CVD Risk Calculators: Worth the Effort?
Abstract & Commentary
By Michael H. Crawford, MD, Editor
Source: Allan GM, et al. Agreement among cardiovascular disease risk calculations. Circulation 2013;127:1948-1956.
Cardiovascular disease (CVD) risk calculators are frequently used by clinicians to guide patient management. Unfortunately, there are more than 100 risk calculators and smaller studies have shown insistencies between them. Thus, this group of investigators from Edmonton, Alberta, Canada, studied 25 calculators from eight mainly English-speaking countries that used a range of different databases, formats, and variables. All included age, sex, smoking, blood pressure, total cholesterol, and HDL cholesterol. Diabetes was included in 18. Hypothetical patients were used to create 128 unique test subjects to which all the calculators were applied. Since some of the calculators used 5-year risk and others 10-year risk, the subjects were divided into high, medium, and low risk. In nine calculators, 10-year absolute risk was provided and compared for each subject. Each calculator was used by two investigators and agreement in risk calculation was 95%. Half the disagreement was due to errors in the calculators and half from data entry errors. The 128 patients were categorized in a mean of 2.2 risk groups with 41% crossing all three categories. The pooled concordance in risk category assignment for all paired comparisons of calculators was 67%, less for diabetes subjects, 64% vs 73% for non-diabetics. Limiting the analysis to the 10-year risk calculators did not improve concordance, 70% overall. When only the nine Framingham-derived calculators were used, overall concordance was better at 89%. When the absolute 10-year risk calculators were compared, the average calculated risk was 4-5 times higher than the lowest risk calculated for the same subject. This effect was most pronounced in those with the highest calculated risk. The authors concluded that the demonstrated inconsistency between calculators is a clinically relevant limitation to their use.
This study shows that if you compare any two of 25 risk calculators, the assignment of the patient’s risk category (low, medium, high) will be different about one-third of the time. By sticking to calculators estimating 10-year Framingham risk, agreement increases to 89%. However, it is well known that the Framingham population is almost all Caucasians, so this degree of concordance may not be found with other populations. In fact, most of the calculators used in this study originated from English-speaking countries, so their concordance may be worse in other populations. The reasons for these discrepancies are not elucidated in the study, but likely come from different databases, different CVD endpoints, and the mathematical algorithms employed by each calculator. Using calculators that estimate absolute risk didn’t improve the agreement between calculators, nor did selecting the calculators that provided the risk of only hard endpoints such as myocardial infarction and cardiac death. This data is concerning because most guidelines recommend using risk calculators even though there is no evidence that their use improves outcomes.
Surveys of physicians show that 25-50% use risk calculators.

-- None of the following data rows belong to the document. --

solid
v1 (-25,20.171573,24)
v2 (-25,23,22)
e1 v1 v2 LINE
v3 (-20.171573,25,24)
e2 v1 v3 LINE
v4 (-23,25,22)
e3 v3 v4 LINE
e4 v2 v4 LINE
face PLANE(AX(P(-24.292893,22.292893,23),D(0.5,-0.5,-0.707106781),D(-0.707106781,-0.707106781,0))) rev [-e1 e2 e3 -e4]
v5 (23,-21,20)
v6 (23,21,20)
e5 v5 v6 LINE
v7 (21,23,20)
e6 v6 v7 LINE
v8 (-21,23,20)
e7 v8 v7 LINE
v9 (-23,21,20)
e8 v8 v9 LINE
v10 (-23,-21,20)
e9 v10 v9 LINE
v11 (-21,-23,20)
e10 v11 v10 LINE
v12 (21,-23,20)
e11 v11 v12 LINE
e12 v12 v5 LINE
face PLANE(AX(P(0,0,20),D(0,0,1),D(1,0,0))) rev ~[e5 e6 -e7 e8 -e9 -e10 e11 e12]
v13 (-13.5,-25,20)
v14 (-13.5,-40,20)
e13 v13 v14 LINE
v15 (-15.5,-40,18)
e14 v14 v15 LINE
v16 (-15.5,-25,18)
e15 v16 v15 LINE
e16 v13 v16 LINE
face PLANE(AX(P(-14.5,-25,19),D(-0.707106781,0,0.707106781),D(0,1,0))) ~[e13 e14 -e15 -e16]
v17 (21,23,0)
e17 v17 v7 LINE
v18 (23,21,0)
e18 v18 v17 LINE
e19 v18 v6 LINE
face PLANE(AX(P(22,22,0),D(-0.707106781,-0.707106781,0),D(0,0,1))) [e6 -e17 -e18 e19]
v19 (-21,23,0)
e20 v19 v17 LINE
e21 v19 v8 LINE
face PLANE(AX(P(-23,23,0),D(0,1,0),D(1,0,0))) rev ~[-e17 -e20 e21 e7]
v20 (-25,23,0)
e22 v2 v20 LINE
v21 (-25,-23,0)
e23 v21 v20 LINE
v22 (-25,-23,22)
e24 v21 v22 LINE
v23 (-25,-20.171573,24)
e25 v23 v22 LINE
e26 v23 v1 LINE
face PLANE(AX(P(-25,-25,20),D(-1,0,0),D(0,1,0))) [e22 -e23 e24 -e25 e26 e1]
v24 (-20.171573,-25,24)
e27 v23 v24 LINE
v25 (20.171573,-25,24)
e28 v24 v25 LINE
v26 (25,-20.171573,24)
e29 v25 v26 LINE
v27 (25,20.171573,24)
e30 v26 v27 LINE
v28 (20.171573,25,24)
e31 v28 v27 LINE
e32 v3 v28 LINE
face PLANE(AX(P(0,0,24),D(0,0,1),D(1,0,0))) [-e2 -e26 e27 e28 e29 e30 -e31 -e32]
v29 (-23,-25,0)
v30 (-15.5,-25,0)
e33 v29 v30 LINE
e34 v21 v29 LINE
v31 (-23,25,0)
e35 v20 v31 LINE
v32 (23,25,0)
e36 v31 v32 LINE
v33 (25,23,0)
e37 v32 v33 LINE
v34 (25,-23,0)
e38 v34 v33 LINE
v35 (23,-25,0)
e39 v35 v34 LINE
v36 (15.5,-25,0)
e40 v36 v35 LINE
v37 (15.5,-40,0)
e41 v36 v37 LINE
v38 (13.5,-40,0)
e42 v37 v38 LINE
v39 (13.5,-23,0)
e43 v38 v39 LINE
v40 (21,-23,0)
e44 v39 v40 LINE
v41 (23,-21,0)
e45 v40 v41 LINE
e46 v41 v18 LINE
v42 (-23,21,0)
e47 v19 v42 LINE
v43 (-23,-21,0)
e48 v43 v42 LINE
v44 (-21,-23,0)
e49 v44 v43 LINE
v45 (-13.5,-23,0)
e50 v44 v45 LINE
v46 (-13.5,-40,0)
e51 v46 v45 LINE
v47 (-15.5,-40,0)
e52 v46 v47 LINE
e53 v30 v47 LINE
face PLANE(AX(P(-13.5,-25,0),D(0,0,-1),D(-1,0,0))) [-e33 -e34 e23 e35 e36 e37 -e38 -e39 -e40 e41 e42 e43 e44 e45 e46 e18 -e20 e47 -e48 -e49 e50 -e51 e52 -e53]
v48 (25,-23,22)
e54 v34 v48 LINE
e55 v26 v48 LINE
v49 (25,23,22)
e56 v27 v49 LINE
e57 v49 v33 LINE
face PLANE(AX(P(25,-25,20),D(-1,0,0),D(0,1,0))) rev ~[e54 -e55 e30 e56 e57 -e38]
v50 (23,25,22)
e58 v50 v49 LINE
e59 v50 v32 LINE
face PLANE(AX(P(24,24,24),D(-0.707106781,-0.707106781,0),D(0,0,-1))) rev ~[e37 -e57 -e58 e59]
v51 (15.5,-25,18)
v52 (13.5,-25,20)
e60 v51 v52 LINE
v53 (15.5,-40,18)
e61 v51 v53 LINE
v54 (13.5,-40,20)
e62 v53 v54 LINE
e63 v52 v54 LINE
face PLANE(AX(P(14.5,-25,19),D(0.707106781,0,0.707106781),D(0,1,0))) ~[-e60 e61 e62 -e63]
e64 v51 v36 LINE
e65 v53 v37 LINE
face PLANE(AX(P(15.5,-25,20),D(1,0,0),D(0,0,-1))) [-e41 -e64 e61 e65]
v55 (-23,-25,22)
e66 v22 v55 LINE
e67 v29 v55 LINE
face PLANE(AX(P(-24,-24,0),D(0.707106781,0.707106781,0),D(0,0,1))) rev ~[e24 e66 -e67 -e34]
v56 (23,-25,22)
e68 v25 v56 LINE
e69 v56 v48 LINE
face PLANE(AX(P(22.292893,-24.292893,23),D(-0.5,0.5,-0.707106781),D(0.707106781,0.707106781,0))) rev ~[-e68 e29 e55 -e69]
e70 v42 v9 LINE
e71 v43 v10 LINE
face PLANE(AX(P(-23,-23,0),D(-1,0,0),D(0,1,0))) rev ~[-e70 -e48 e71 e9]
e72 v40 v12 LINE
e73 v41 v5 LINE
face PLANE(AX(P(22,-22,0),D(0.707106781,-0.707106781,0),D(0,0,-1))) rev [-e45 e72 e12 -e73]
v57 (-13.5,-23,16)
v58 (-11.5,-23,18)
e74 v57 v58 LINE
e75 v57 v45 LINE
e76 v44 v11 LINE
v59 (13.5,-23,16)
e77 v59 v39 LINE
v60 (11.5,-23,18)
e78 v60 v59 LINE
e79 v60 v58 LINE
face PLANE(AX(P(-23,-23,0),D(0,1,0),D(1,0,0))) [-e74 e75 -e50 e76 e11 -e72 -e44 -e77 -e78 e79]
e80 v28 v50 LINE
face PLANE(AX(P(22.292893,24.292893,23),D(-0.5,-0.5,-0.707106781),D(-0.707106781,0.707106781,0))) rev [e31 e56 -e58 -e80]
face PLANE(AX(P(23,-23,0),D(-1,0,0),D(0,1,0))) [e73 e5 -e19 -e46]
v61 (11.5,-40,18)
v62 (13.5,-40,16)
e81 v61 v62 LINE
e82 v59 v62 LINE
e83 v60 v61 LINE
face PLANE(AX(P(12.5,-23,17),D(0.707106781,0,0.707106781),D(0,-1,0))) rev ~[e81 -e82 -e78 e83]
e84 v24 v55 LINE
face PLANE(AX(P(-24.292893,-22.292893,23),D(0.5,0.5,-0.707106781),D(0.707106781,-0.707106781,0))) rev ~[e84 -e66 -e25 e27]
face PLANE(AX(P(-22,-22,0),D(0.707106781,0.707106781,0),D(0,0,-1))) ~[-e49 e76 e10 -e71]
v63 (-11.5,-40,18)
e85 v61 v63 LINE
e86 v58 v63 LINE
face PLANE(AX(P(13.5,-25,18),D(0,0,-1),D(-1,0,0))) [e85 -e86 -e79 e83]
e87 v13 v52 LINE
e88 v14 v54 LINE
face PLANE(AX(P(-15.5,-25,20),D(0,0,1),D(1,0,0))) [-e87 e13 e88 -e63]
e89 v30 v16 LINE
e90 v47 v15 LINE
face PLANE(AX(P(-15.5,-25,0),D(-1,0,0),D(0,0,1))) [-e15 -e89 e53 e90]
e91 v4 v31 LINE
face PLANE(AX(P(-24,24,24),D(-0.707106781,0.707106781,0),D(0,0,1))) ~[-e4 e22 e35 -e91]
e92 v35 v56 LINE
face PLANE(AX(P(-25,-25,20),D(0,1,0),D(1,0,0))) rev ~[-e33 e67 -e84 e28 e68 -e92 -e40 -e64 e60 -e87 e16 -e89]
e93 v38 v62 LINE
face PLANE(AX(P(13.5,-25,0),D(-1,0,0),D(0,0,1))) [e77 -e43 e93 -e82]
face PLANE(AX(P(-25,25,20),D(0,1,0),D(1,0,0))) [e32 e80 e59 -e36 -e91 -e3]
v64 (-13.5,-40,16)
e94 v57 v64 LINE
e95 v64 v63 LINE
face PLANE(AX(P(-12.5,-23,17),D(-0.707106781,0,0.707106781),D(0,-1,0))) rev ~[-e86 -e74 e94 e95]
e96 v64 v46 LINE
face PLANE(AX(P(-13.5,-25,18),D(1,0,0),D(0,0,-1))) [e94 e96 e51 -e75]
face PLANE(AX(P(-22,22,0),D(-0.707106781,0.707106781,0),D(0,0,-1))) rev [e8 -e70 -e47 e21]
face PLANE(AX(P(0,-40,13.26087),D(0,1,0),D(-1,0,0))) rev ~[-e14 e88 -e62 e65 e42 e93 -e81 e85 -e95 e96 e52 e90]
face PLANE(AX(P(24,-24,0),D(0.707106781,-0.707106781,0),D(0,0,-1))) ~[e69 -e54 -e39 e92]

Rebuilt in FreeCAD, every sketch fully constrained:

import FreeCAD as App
import Part
import Sketcher
Q = App.Units.Quantity


def edges_at(feature, points):
    """Names of the edges that pass closest to the given points."""
    edges = feature.Shape.Edges
    near = lambda p: min(range(len(edges)), key=lambda i: edges[i].distToShape(Part.Vertex(*p))[0])
    return sorted({f"Edge{near(p) + 1}" for p in points})

doc = App.newDocument("Part")
body = doc.addObject("PartDesign::Body", "Body")

# Sketch on XY plane
sketch1 = body.newObject("Sketcher::SketchObject", "Sketch")
sketch1.AttachmentSupport = (doc.getObject("XY_Plane"), [""])
sketch1.MapMode = "FlatFace"
sketch1.addGeometry(Part.LineSegment(App.Vector(-25, 25, 0), App.Vector(-25, -25, 0)), False)
sketch1.addGeometry(Part.LineSegment(App.Vector(-25, -25, 0), App.Vector(25, -25, 0)), False)
sketch1.addGeometry(Part.LineSegment(App.Vector(25, -25, 0), App.Vector(25, 25, 0)), False)
sketch1.addGeometry(Part.LineSegment(App.Vector(25, 25, 0), App.Vector(-25, 25, 0)), False)
sketch1.addGeometry(Part.LineSegment(App.Vector(23, -23, 0), App.Vector(-23, -23, 0)), False)
sketch1.addGeometry(Part.LineSegment(App.Vector(-23, -23, 0), App.Vector(-23, 23, 0)), False)
sketch1.addGeometry(Part.LineSegment(App.Vector(-23, 23, 0), App.Vector(23, 23, 0)), False)
sketch1.addGeometry(Part.LineSegment(App.Vector(23, 23, 0), App.Vector(23, -23, 0)), False)
sketch1.addConstraint(Sketcher.Constraint("Coincident", 0, 2, 1, 1))
sketch1.addConstraint(Sketcher.Constraint("Coincident", 1, 2, 2, 1))
sketch1.addConstraint(Sketcher.Constraint("Coincident", 2, 2, 3, 1))
sketch1.addConstraint(Sketcher.Constraint("Coincident", 3, 2, 0, 1))
sketch1.addConstraint(Sketcher.Constraint("Coincident", 4, 2, 5, 1))
sketch1.addConstraint(Sketcher.Constraint("Coincident", 5, 2, 6, 1))
sketch1.addConstraint(Sketcher.Constraint("Coincident", 6, 2, 7, 1))
sketch1.addConstraint(Sketcher.Constraint("Coincident", 7, 2, 4, 1))
sketch1.addConstraint(Sketcher.Constraint("Vertical", 0))
sketch1.addConstraint(Sketcher.Constraint("Horizontal", 1))
sketch1.addConstraint(Sketcher.Constraint("Vertical", 2))
sketch1.addConstraint(Sketcher.Constraint("Horizontal", 3))
sketch1.addConstraint(Sketcher.Constraint("Horizontal", 4))
sketch1.addConstraint(Sketcher.Constraint("Vertical", 5))
sketch1.addConstraint(Sketcher.Constraint("Horizontal", 6))
sketch1.addConstraint(Sketcher.Constraint("Vertical", 7))
sketch1.addConstraint(Sketcher.Constraint("Symmetric", 0, 2, 2, 2, -1, 1))
sketch1.addConstraint(Sketcher.Constraint("Symmetric", 4, 2, 6, 2, -1, 1))
sketch1.addConstraint(Sketcher.Constraint("Equal", 3, 0))
sketch1.addConstraint(Sketcher.Constraint("Equal", 6, 5))
sketch1.addConstraint(Sketcher.Constraint("DistanceX", 1, 1, 1, 2, Q("50 mm")))
sketch1.addConstraint(Sketcher.Constraint("DistanceX", 4, 2, 4, 1, Q("46 mm")))
pad1 = body.newObject("PartDesign::Pad", "Pad")
pad1.Profile = sketch1
pad1.Length = 20

# Sketch on XY plane
sketch2 = body.newObject("Sketcher::SketchObject", "Sketch001")
sketch2.AttachmentSupport = (doc.getObject("XY_Plane"), [""])
sketch2.MapMode = "FlatFace"
sketch2.AttachmentOffset = App.Placement(App.Vector(0, 0, 20), App.Rotation())
sketch2.addGeometry(Part.LineSegment(App.Vector(-25, 25, 0), App.Vector(-25, -25, 0)), False)
sketch2.addGeometry(Part.LineSegment(App.Vector(-25, -25, 0), App.Vector(25, -25, 0)), False)
sketch2.addGeometry(Part.LineSegment(App.Vector(25, -25, 0), App.Vector(25, 25, 0)), False)
sketch2.addGeometry(Part.LineSegment(App.Vector(25, 25, 0), App.Vector(-25, 25, 0)), False)
sketch2.addConstraint(Sketcher.Constraint("Coincident", 0, 2, 1, 1))
sketch2.addConstraint(Sketcher.Constraint("Coincident", 1, 2, 2, 1))
sketch2.addConstraint(Sketcher.Constraint("Coincident", 2, 2, 3, 1))
sketch2.addConstraint(Sketcher.Constraint("Coincident", 3, 2, 0, 1))
sketch2.addConstraint(Sketcher.Constraint("Vertical", 0))
sketch2.addConstraint(Sketcher.Constraint("Horizontal", 1))
sketch2.addConstraint(Sketcher.Constraint("Vertical", 2))
sketch2.addConstraint(Sketcher.Constraint("Horizontal", 3))
sketch2.addConstraint(Sketcher.Constraint("Symmetric", 0, 2, 2, 2, -1, 1))
sketch2.addConstraint(Sketcher.Constraint("Equal", 3, 0))
sketch2.addConstraint(Sketcher.Constraint("DistanceX", 1, 1, 1, 2, Q("50 mm")))
pad2 = body.newObject("PartDesign::Pad", "Pad001")
pad2.Profile = sketch2
pad2.Length = 4

# Sketch on XZ plane
sketch3 = body.newObject("Sketcher::SketchObject", "Sketch002")
sketch3.AttachmentSupport = (doc.getObject("XZ_Plane"), [""])
sketch3.MapMode = "FlatFace"
sketch3.AttachmentOffset = App.Placement(App.Vector(0, 0, 25), App.Rotation())
sketch3.addGeometry(Part.LineSegment(App.Vector(-14, 18, 0), App.Vector(-14, 0, 0)), False)
sketch3.addGeometry(Part.LineSegment(App.Vector(-14, 0, 0), App.Vector(14, 0, 0)), False)
sketch3.addGeometry(Part.LineSegment(App.Vector(14, 0, 0), App.Vector(14, 18, 0)), False)
sketch3.addGeometry(Part.LineSegment(App.Vector(14, 18, 0), App.Vector(-14, 18, 0)), False)
sketch3.addConstraint(Sketcher.Constraint("Coincident", 0, 2, 1, 1))
sketch3.addConstraint(Sketcher.Constraint("Coincident", 1, 2, 2, 1))
sketch3.addConstraint(Sketcher.Constraint("Coincident", 2, 2, 3, 1))
sketch3.addConstraint(Sketcher.Constraint("Coincident", 3, 2, 0, 1))
sketch3.addConstraint(Sketcher.Constraint("Vertical", 0))
sketch3.addConstraint(Sketcher.Constraint("Horizontal", 1))
sketch3.addConstraint(Sketcher.Constraint("Vertical", 2))
sketch3.addConstraint(Sketcher.Constraint("Horizontal", 3))
sketch3.addConstraint(Sketcher.Constraint("Symmetric", 0, 2, 1, 2, -1, 1))
sketch3.addConstraint(Sketcher.Constraint("DistanceX", 1, 1, 1, 2, Q("27 mm")))
sketch3.addConstraint(Sketcher.Constraint("DistanceY", 0, 2, 0, 1, Q("18 mm")))
pocket1 = body.newObject("PartDesign::Pocket", "Pocket")
pocket1.Profile = sketch3
pocket1.Length = 5
doc.recompute()

chamfer = body.newObject("PartDesign::Chamfer", "Chamfer")
chamfer.Base = (pocket1, edges_at(pocket1, [
    (-25, -25, 12),
    (-25, -25, 12),
    (25, -25, 12),
    (25, -25, 12),
    (25, 25, 12),
    (25, 25, 12),
    (-25, 25, 12),
    (-25, 25, 12),
    (-23, 23, 10),
    (23, -23, 10),
    (23, 23, 10),
    (-23, -23, 10),
]))
chamfer.Size = 2
doc.recompute()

Non-use reasons include lack of time, belief that the information is not helpful, belief that calculators oversimplify things, and belief that they can accurately predict risk subjectively. One study evaluating the accuracy of physicians’ subjective assessment vs the Framingham database showed that physicians were 71% accurate; four risk calculators came in at 66-81%, which supports physicians’ belief in themselves. I am one of the non-believers and don’t use risk calculators for all the reasons above, plus some patients fixate on their score.
One limitation of this study is that the hypothetical patients were higher risk than most primary care populations and calculated risk concordance decreased with higher risk patients. One could argue that once a patient is categorized as high risk, wide variability among calculators is moot. However, of the 28 subjects in this study who were assigned the same risk category by all 25 calculators, 79% were high risk. So, it would seem that most of the variability was actually in the low- and moderate-risk subjects. Other studies have suggested that most risk calculators overestimate risk in primary care populations. So if you are going to use risk calculators, the authors suggest that you use one targeted to your patient population and keep in mind that the results are a rough estimate.